**Stored items:**
<<<<

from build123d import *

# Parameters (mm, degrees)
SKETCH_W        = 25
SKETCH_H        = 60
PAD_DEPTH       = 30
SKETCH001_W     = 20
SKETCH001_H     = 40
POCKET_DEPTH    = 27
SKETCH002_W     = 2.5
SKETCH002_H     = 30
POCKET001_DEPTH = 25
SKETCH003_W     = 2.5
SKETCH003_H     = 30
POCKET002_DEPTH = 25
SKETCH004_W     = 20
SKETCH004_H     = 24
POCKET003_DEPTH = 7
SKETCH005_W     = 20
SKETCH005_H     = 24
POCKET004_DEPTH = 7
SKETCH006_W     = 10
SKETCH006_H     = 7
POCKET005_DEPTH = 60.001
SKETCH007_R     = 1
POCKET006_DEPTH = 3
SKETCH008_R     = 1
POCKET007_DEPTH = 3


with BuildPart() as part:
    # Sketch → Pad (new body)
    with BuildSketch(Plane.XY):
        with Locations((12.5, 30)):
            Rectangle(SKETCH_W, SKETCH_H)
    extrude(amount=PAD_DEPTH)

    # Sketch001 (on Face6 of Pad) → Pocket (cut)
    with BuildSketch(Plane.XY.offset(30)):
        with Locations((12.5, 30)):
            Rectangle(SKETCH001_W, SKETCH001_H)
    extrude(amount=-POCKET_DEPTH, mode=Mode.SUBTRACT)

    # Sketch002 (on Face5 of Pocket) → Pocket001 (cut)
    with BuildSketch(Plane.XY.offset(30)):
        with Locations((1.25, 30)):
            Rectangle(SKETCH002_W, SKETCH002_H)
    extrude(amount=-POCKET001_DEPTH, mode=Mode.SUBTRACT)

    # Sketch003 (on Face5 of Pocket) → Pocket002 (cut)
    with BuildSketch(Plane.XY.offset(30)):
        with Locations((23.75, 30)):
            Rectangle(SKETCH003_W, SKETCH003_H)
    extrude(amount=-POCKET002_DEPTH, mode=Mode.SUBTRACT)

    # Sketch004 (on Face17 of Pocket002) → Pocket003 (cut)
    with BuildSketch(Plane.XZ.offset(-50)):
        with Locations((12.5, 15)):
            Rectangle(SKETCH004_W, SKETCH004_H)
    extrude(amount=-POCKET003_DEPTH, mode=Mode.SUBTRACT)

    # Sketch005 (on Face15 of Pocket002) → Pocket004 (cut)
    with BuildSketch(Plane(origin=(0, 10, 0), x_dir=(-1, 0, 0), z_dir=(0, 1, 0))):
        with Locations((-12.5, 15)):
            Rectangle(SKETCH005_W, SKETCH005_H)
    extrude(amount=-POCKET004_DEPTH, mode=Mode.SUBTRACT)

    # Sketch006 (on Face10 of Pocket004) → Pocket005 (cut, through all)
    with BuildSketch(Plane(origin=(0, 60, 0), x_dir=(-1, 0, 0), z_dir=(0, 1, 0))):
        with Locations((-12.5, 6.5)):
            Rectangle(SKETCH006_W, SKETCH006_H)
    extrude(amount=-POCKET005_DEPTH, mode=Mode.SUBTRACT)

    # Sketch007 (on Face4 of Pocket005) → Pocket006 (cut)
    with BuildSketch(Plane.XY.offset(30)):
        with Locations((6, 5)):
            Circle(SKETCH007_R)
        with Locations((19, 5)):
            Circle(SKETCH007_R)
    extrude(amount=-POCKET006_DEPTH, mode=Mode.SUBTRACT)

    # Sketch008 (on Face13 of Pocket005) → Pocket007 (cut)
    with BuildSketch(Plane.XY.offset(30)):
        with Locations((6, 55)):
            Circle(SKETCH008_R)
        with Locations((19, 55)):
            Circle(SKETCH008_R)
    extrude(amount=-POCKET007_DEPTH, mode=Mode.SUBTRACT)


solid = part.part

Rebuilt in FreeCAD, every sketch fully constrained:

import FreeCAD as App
import Part
import Sketcher

V = App.Vector
Q = App.Units.Quantity


def add_polygon(sketch, points):
    """Adds a closed chain of lines whose ends are joined by coincident constraints."""
    first, n = sketch.GeometryCount, len(points)
    for a, b in zip(points, points[1:] + points[:1]):
        sketch.addGeometry(Part.LineSegment(App.Vector(*a, 0), App.Vector(*b, 0)), False)
    for i in range(n):
        sketch.addConstraint(Sketcher.Constraint("Coincident", first + i, 2, first + (i + 1) % n, 1))

doc = App.newDocument("Part")
body = doc.addObject("PartDesign::Body", "Body")

# Sketch on XY plane
sketch1 = body.newObject("Sketcher::SketchObject", "Sketch")
sketch1.AttachmentSupport = (doc.getObject("XY_Plane"), [""])
sketch1.MapMode = "FlatFace"
add_polygon(sketch1, [(0, 60), (0, 0), (25, 0), (25, 60)])  # lines 0-3
sketch1.addConstraint(Sketcher.Constraint("Vertical", 0))
sketch1.addConstraint(Sketcher.Constraint("Horizontal", 1))
sketch1.addConstraint(Sketcher.Constraint("Vertical", 2))
sketch1.addConstraint(Sketcher.Constraint("Horizontal", 3))
sketch1.addConstraint(Sketcher.Constraint("Coincident", 0, 2, -1, 1))
sketch1.addConstraint(Sketcher.Constraint("DistanceX", 1, 1, 1, 2, Q("25 mm")))
sketch1.addConstraint(Sketcher.Constraint("DistanceY", 0, 2, 0, 1, Q("60 mm")))
pad1 = body.newObject("PartDesign::Pad", "Pad")
pad1.Profile = sketch1
pad1.Length = 30

# Sketch on XY plane
sketch2 = body.newObject("Sketcher::SketchObject", "Sketch001")
sketch2.AttachmentSupport = (doc.getObject("XY_Plane"), [""])
sketch2.MapMode = "FlatFace"
sketch2.AttachmentOffset = App.Placement(V(0, 0, 30), App.Rotation())
add_polygon(sketch2, [(2.5, 50), (2.5, 10), (22.5, 10), (22.5, 50)])  # lines 0-3
sketch2.addConstraint(Sketcher.Constraint("Vertical", 0))
sketch2.addConstraint(Sketcher.Constraint("Horizontal", 1))
sketch2.addConstraint(Sketcher.Constraint("Vertical", 2))
sketch2.addConstraint(Sketcher.Constraint("Horizontal", 3))
sketch2.addConstraint(Sketcher.Constraint("DistanceX", 1, 1, 1, 2, Q("20 mm")))
sketch2.addConstraint(Sketcher.Constraint("DistanceY", 0, 2, 0, 1, Q("40 mm")))
sketch2.addConstraint(Sketcher.Constraint("DistanceY", -1, 1, 0, 2, Q("10 mm")))
sketch2.addConstraint(Sketcher.Constraint("DistanceX", -1, 1, 0, 2, Q("2.5 mm")))
pocket1 = body.newObject("PartDesign::Pocket", "Pocket")
pocket1.Profile = sketch2
pocket1.Length = 27

# Sketch on XY plane
sketch3 = body.newObject("Sketcher::SketchObject", "Sketch002")
sketch3.AttachmentSupport = (doc.getObject("XY_Plane"), [""])
sketch3.MapMode = "FlatFace"
sketch3.AttachmentOffset = App.Placement(V(0, 0, 30), App.Rotation())
add_polygon(sketch3, [(0, 45), (0, 15), (2.5, 15), (2.5, 45)])  # lines 0-3
sketch3.addConstraint(Sketcher.Constraint("Vertical", 0))
sketch3.addConstraint(Sketcher.Constraint("Horizontal", 1))
sketch3.addConstraint(Sketcher.Constraint("Vertical", 2))
sketch3.addConstraint(Sketcher.Constraint("Horizontal", 3))
sketch3.addConstraint(Sketcher.Constraint("PointOnObject", 0, 2, -2))
sketch3.addConstraint(Sketcher.Constraint("DistanceY", 0, 2, 0, 1, Q("30 mm")))
sketch3.addConstraint(Sketcher.Constraint("DistanceX", 1, 1, 1, 2, Q("2.5 mm")))
sketch3.addConstraint(Sketcher.Constraint("DistanceY", -1, 1, 0, 2, Q("15 mm")))
pocket2 = body.newObject("PartDesign::Pocket", "Pocket001")
pocket2.Profile = sketch3
pocket2.Length = 25

# Sketch on XY plane
sketch4 = body.newObject("Sketcher::SketchObject", "Sketch003")
sketch4.AttachmentSupport = (doc.getObject("XY_Plane"), [""])
sketch4.MapMode = "FlatFace"
sketch4.AttachmentOffset = App.Placement(V(0, 0, 30), App.Rotation())
add_polygon(sketch4, [(22.5, 45), (22.5, 15), (25, 15), (25, 45)])  # lines 0-3
sketch4.addConstraint(Sketcher.Constraint("Vertical", 0))
sketch4.addConstraint(Sketcher.Constraint("Horizontal", 1))
sketch4.addConstraint(Sketcher.Constraint("Vertical", 2))
sketch4.addConstraint(Sketcher.Constraint("Horizontal", 3))
sketch4.addConstraint(Sketcher.Constraint("DistanceY", 0, 2, 0, 1, Q("30 mm")))
sketch4.addConstraint(Sketcher.Constraint("DistanceX", 1, 1, 1, 2, Q("2.5 mm")))
sketch4.addConstraint(Sketcher.Constraint("DistanceY", -1, 1, 0, 2, Q("15 mm")))
sketch4.addConstraint(Sketcher.Constraint("DistanceX", -1, 1, 1, 2, Q("25 mm")))
pocket3 = body.newObject("PartDesign::Pocket", "Pocket002")
pocket3.Profile = sketch4
pocket3.Length = 25

# Sketch on XZ plane
sketch5 = body.newObject("Sketcher::SketchObject", "Sketch004")
sketch5.AttachmentSupport = (doc.getObject("XZ_Plane"), [""])
sketch5.MapMode = "FlatFace"
sketch5.AttachmentOffset = App.Placement(V(0, 0, -50), App.Rotation())
add_polygon(sketch5, [(2.5, 27), (2.5, 3), (22.5, 3), (22.5, 27)])  # lines 0-3
sketch5.addConstraint(Sketcher.Constraint("Vertical", 0))
sketch5.addConstraint(Sketcher.Constraint("Horizontal", 1))
sketch5.addConstraint(Sketcher.Constraint("Vertical", 2))
sketch5.addConstraint(Sketcher.Constraint("Horizontal", 3))
sketch5.addConstraint(Sketcher.Constraint("DistanceX", 1, 1, 1, 2, Q("20 mm")))
sketch5.addConstraint(Sketcher.Constraint("DistanceY", 0, 2, 0, 1, Q("24 mm")))
sketch5.addConstraint(Sketcher.Constraint("DistanceY", -1, 1, 0, 2, Q("3 mm")))
sketch5.addConstraint(Sketcher.Constraint("DistanceX", -1, 1, 0, 2, Q("2.5 mm")))
pocket4 = body.newObject("PartDesign::Pocket", "Pocket003")
pocket4.Profile = sketch5
pocket4.Length = 7

# Sketch on XZ plane
sketch6 = body.newObject("Sketcher::SketchObject", "Sketch005")
sketch6.AttachmentSupport = (doc.getObject("XZ_Plane"), [""])
sketch6.MapMode = "FlatFace"
sketch6.AttachmentOffset = App.Placement(V(0, 0, -10), App.Rotation())
add_polygon(sketch6, [(22.5, 27), (22.5, 3), (2.5, 3), (2.5, 27)])  # lines 0-3
sketch6.addConstraint(Sketcher.Constraint("Vertical", 0))
sketch6.addConstraint(Sketcher.Constraint("Horizontal", 1))
sketch6.addConstraint(Sketcher.Constraint("Vertical", 2))
sketch6.addConstraint(Sketcher.Constraint("Horizontal", 3))
sketch6.addConstraint(Sketcher.Constraint("DistanceX", 1, 2, 1, 1, Q("20 mm")))
sketch6.addConstraint(Sketcher.Constraint("DistanceY", 0, 2, 0, 1, Q("24 mm")))
sketch6.addConstraint(Sketcher.Constraint("DistanceY", -1, 1, 0, 2, Q("3 mm")))
sketch6.addConstraint(Sketcher.Constraint("DistanceX", -1, 1, 0, 2, Q("22.5 mm")))
pocket5 = body.newObject("PartDesign::Pocket", "Pocket004")
pocket5.Profile = sketch6
pocket5.Length = 7
pocket5.Reversed = True

# Sketch on XZ plane
sketch7 = body.newObject("Sketcher::SketchObject", "Sketch006")
sketch7.AttachmentSupport = (doc.getObject("XZ_Plane"), [""])
sketch7.MapMode = "FlatFace"
sketch7.AttachmentOffset = App.Placement(V(0, 0, -60), App.Rotation())
add_polygon(sketch7, [(17.5, 10), (17.5, 3), (7.5, 3), (7.5, 10)])  # lines 0-3
sketch7.addConstraint(Sketcher.Constraint("Vertical", 0))
sketch7.addConstraint(Sketcher.Constraint("Horizontal", 1))
sketch7.addConstraint(Sketcher.Constraint("Vertical", 2))
sketch7.addConstraint(Sketcher.Constraint("Horizontal", 3))
sketch7.addConstraint(Sketcher.Constraint("DistanceX", 1, 2, 1, 1, Q("10 mm")))
sketch7.addConstraint(Sketcher.Constraint("DistanceY", 0, 2, 0, 1, Q("7 mm")))
sketch7.addConstraint(Sketcher.Constraint("DistanceY", -1, 1, 0, 2, Q("3 mm")))
sketch7.addConstraint(Sketcher.Constraint("DistanceX", -1, 1, 0, 2, Q("17.5 mm")))
pocket6 = body.newObject("PartDesign::Pocket", "Pocket005")
pocket6.Profile = sketch7
pocket6.Type = "ThroughAll"
pocket6.Reversed = True

# Sketch on XY plane
sketch8 = body.newObject("Sketcher::SketchObject", "Sketch007")
sketch8.AttachmentSupport = (doc.getObject("XY_Plane"), [""])
sketch8.MapMode = "FlatFace"
sketch8.AttachmentOffset = App.Placement(V(0, 0, 30), App.Rotation())
sketch8.addGeometry(Part.Circle(V(6, 5, 0), V(0, 0, 1), 1), False)
sketch8.addGeometry(Part.Circle(V(19, 5, 0), V(0, 0, 1), 1), False)
sketch8.addConstraint(Sketcher.Constraint("Equal", 0, 1))
sketch8.addConstraint(Sketcher.Constraint("Horizontal", 0, 3, 1, 3))
sketch8.addConstraint(Sketcher.Constraint("Diameter", 0, Q("2 mm")))
sketch8.addConstraint(Sketcher.Constraint("DistanceX", -1, 1, 0, 3, Q("6 mm")))
sketch8.addConstraint(Sketcher.Constraint("DistanceY", -1, 1, 0, 3, Q("5 mm")))
sketch8.addConstraint(Sketcher.Constraint("DistanceX", -1, 1, 1, 3, Q("19 mm")))
pocket7 = body.newObject("PartDesign::Pocket", "Pocket006")
pocket7.Profile = sketch8
pocket7.Length = 3

# Sketch on XY plane
sketch9 = body.newObject("Sketcher::SketchObject", "Sketch008")
sketch9.AttachmentSupport = (doc.getObject("XY_Plane"), [""])
sketch9.MapMode = "FlatFace"
sketch9.AttachmentOffset = App.Placement(V(0, 0, 30), App.Rotation())
sketch9.addGeometry(Part.Circle(V(6, 55, 0), V(0, 0, 1), 1), False)
sketch9.addGeometry(Part.Circle(V(19, 55, 0), V(0, 0, 1), 1), False)
sketch9.addConstraint(Sketcher.Constraint("Equal", 0, 1))
sketch9.addConstraint(Sketcher.Constraint("Horizontal", 0, 3, 1, 3))
sketch9.addConstraint(Sketcher.Constraint("Diameter", 0, Q("2 mm")))
sketch9.addConstraint(Sketcher.Constraint("DistanceX", -1, 1, 0, 3, Q("6 mm")))
sketch9.addConstraint(Sketcher.Constraint("DistanceY", -1, 1, 0, 3, Q("55 mm")))
sketch9.addConstraint(Sketcher.Constraint("DistanceX", -1, 1, 1, 3, Q("19 mm")))
pocket8 = body.newObject("PartDesign::Pocket", "Pocket007")
pocket8.Profile = sketch9
pocket8.Length = 3

doc.recompute()
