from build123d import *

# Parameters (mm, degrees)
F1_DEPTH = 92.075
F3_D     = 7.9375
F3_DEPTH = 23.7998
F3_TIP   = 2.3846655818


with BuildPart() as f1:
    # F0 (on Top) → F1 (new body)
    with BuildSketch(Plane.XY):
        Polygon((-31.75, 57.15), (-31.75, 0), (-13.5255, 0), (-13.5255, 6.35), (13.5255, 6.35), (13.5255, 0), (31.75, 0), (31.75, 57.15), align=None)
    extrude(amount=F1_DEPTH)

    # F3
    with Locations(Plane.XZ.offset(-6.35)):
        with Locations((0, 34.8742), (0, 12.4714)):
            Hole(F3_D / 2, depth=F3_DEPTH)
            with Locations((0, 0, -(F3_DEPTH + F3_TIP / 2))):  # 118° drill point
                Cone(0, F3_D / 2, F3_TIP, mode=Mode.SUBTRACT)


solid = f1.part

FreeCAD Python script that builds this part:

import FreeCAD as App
import Part
import Sketcher

V = App.Vector
Q = App.Units.Quantity


def add_polygon(sketch, points):
    """Adds a closed chain of lines whose ends are joined by coincident constraints."""
    first, n = sketch.GeometryCount, len(points)
    for a, b in zip(points, points[1:] + points[:1]):
        sketch.addGeometry(Part.LineSegment(App.Vector(*a, 0), App.Vector(*b, 0)), False)
    for i in range(n):
        sketch.addConstraint(Sketcher.Constraint("Coincident", first + i, 2, first + (i + 1) % n, 1))

doc = App.newDocument("Part")
body = doc.addObject("PartDesign::Body", "Body")

# Sketch on XY plane
sketch1 = body.newObject("Sketcher::SketchObject", "Sketch")
sketch1.AttachmentSupport = (doc.getObject("XY_Plane"), [""])
sketch1.MapMode = "FlatFace"
add_polygon(sketch1, [(-32, 57), (-32, 0), (-14, 0), (-14, 6), (14, 6), (14, 0), (32, 0), (32, 57)])  # lines 0-7
sketch1.addConstraint([
    Sketcher.Constraint("Vertical", 0),
    Sketcher.Constraint("Horizontal", 1),
    Sketcher.Constraint("Vertical", 2),
    Sketcher.Constraint("Horizontal", 3),
    Sketcher.Constraint("Vertical", 4),
    Sketcher.Constraint("Horizontal", 5),
    Sketcher.Constraint("Vertical", 6),
    Sketcher.Constraint("Horizontal", 7),
    Sketcher.Constraint("Symmetric", 1, 2, 4, 2, -1, 1),
    Sketcher.Constraint("Symmetric", 0, 2, 5, 2, -2),
    Sketcher.Constraint("DistanceX", 7, 2, 7, 1, Q("2.5 in")),
    Sketcher.Constraint("DistanceY", 3, 2, 6, 2, Q("2 in")),
    Sketcher.Constraint("DistanceY", 0, 2, 0, 1, Q("2.25 in")),
    Sketcher.Constraint("DistanceX", 3, 1, 3, 2, Q("1.065 in")),
])
pad1 = body.newObject("PartDesign::Pad", "Pad")
pad1.Profile = sketch1
pad1.Length = Q("3.625 in")

# Sketch on XZ plane
sketch2 = body.newObject("Sketcher::SketchObject", "Sketch001")
sketch2.AttachmentSupport = (doc.getObject("XZ_Plane"), [""])
sketch2.MapMode = "FlatFace"
sketch2.AttachmentOffset = App.Placement(V(0, 0, -0.25 * 25.4), App.Rotation())
sketch2.addGeometry([
    Part.Circle(V(0, 34.9, 0), V(0, 0, 1), 4),
    Part.Circle(V(0, 12.5, 0), V(0, 0, 1), 4),
], False)
sketch2.addConstraint([
    Sketcher.Constraint("Equal", 0, 1),
    Sketcher.Constraint("PointOnObject", 0, 3, -2),
    Sketcher.Constraint("PointOnObject", 1, 3, -2),
    Sketcher.Constraint("Diameter", 0, Q("0.3125 in")),
    Sketcher.Constraint("DistanceY", -1, 1, 0, 3, Q("1.373 in")),
    Sketcher.Constraint("DistanceY", -1, 1, 1, 3, Q("0.491 in")),
])
doc.recompute()
hole = body.newObject("PartDesign::Hole", "Hole")
hole.Profile = sketch2
hole.ThreadType = "None"
hole.Diameter = Q("0.3125 in")
hole.DepthType = "Dimension"
hole.Depth = Q("0.937 in")
hole.DrillPoint = "Angled"
hole.DrillPointAngle = 118

doc.recompute()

>>>>

**About this exercise:**
Repeat the records above line by line, from the first line through the line that contains "# Sketch006 (on".

**Written reply:**
from build123d import *

# Parameters (mm, degrees)
SKETCH_W        = 25
SKETCH_H        = 60
PAD_DEPTH       = 30
SKETCH001_W     = 20
SKETCH001_H     = 40
POCKET_DEPTH    = 27
SKETCH002_W     = 2.5
SKETCH002_H     = 30
POCKET001_DEPTH = 25
SKETCH003_W     = 2.5
SKETCH003_H     = 30
POCKET002_DEPTH = 25
SKETCH004_W     = 20
SKETCH004_H     = 24
POCKET003_DEPTH = 7
SKETCH005_W     = 20
SKETCH005_H     = 24
POCKET004_DEPTH = 7
SKETCH006_W     = 10
SKETCH006_H     = 7
POCKET005_DEPTH = 60.001
SKETCH007_R     = 1
POCKET006_DEPTH = 3
SKETCH008_R     = 1
POCKET007_DEPTH = 3


with BuildPart() as part:
    # Sketch → Pad (new body)
    with BuildSketch(Plane.XY):
        with Locations((12.5, 30)):
            Rectangle(SKETCH_W, SKETCH_H)
    extrude(amount=PAD_DEPTH)

    # Sketch001 (on Face6 of Pad) → Pocket (cut)
    with BuildSketch(Plane.XY.offset(30)):
        with Locations((12.5, 30)):
            Rectangle(SKETCH001_W, SKETCH001_H)
    extrude(amount=-POCKET_DEPTH, mode=Mode.SUBTRACT)

    # Sketch002 (on Face5 of Pocket) → Pocket001 (cut)
    with BuildSketch(Plane.XY.offset(30)):
        with Locations((1.25, 30)):
            Rectangle(SKETCH002_W, SKETCH002_H)
    extrude(amount=-POCKET001_DEPTH, mode=Mode.SUBTRACT)

    # Sketch003 (on Face5 of Pocket) → Pocket002 (cut)
    with BuildSketch(Plane.XY.offset(30)):
        with Locations((23.75, 30)):
            Rectangle(SKETCH003_W, SKETCH003_H)
    extrude(amount=-POCKET002_DEPTH, mode=Mode.SUBTRACT)

    # Sketch004 (on Face17 of Pocket002) → Pocket003 (cut)
    with BuildSketch(Plane.XZ.offset(-50)):
        with Locations((12.5, 15)):
            Rectangle(SKETCH004_W, SKETCH004_H)
    extrude(amount=-POCKET003_DEPTH, mode=Mode.SUBTRACT)

    # Sketch005 (on Face15 of Pocket002) → Pocket004 (cut)
    with BuildSketch(Plane(origin=(0, 10, 0), x_dir=(-1, 0, 0), z_dir=(0, 1, 0))):
        with Locations((-12.5, 15)):
            Rectangle(SKETCH005_W, SKETCH005_H)
    extrude(amount=-POCKET004_DEPTH, mode=Mode.SUBTRACT)

    # Sketch006 (on Face10 of Pocket004) → Pocket005 (cut, through all)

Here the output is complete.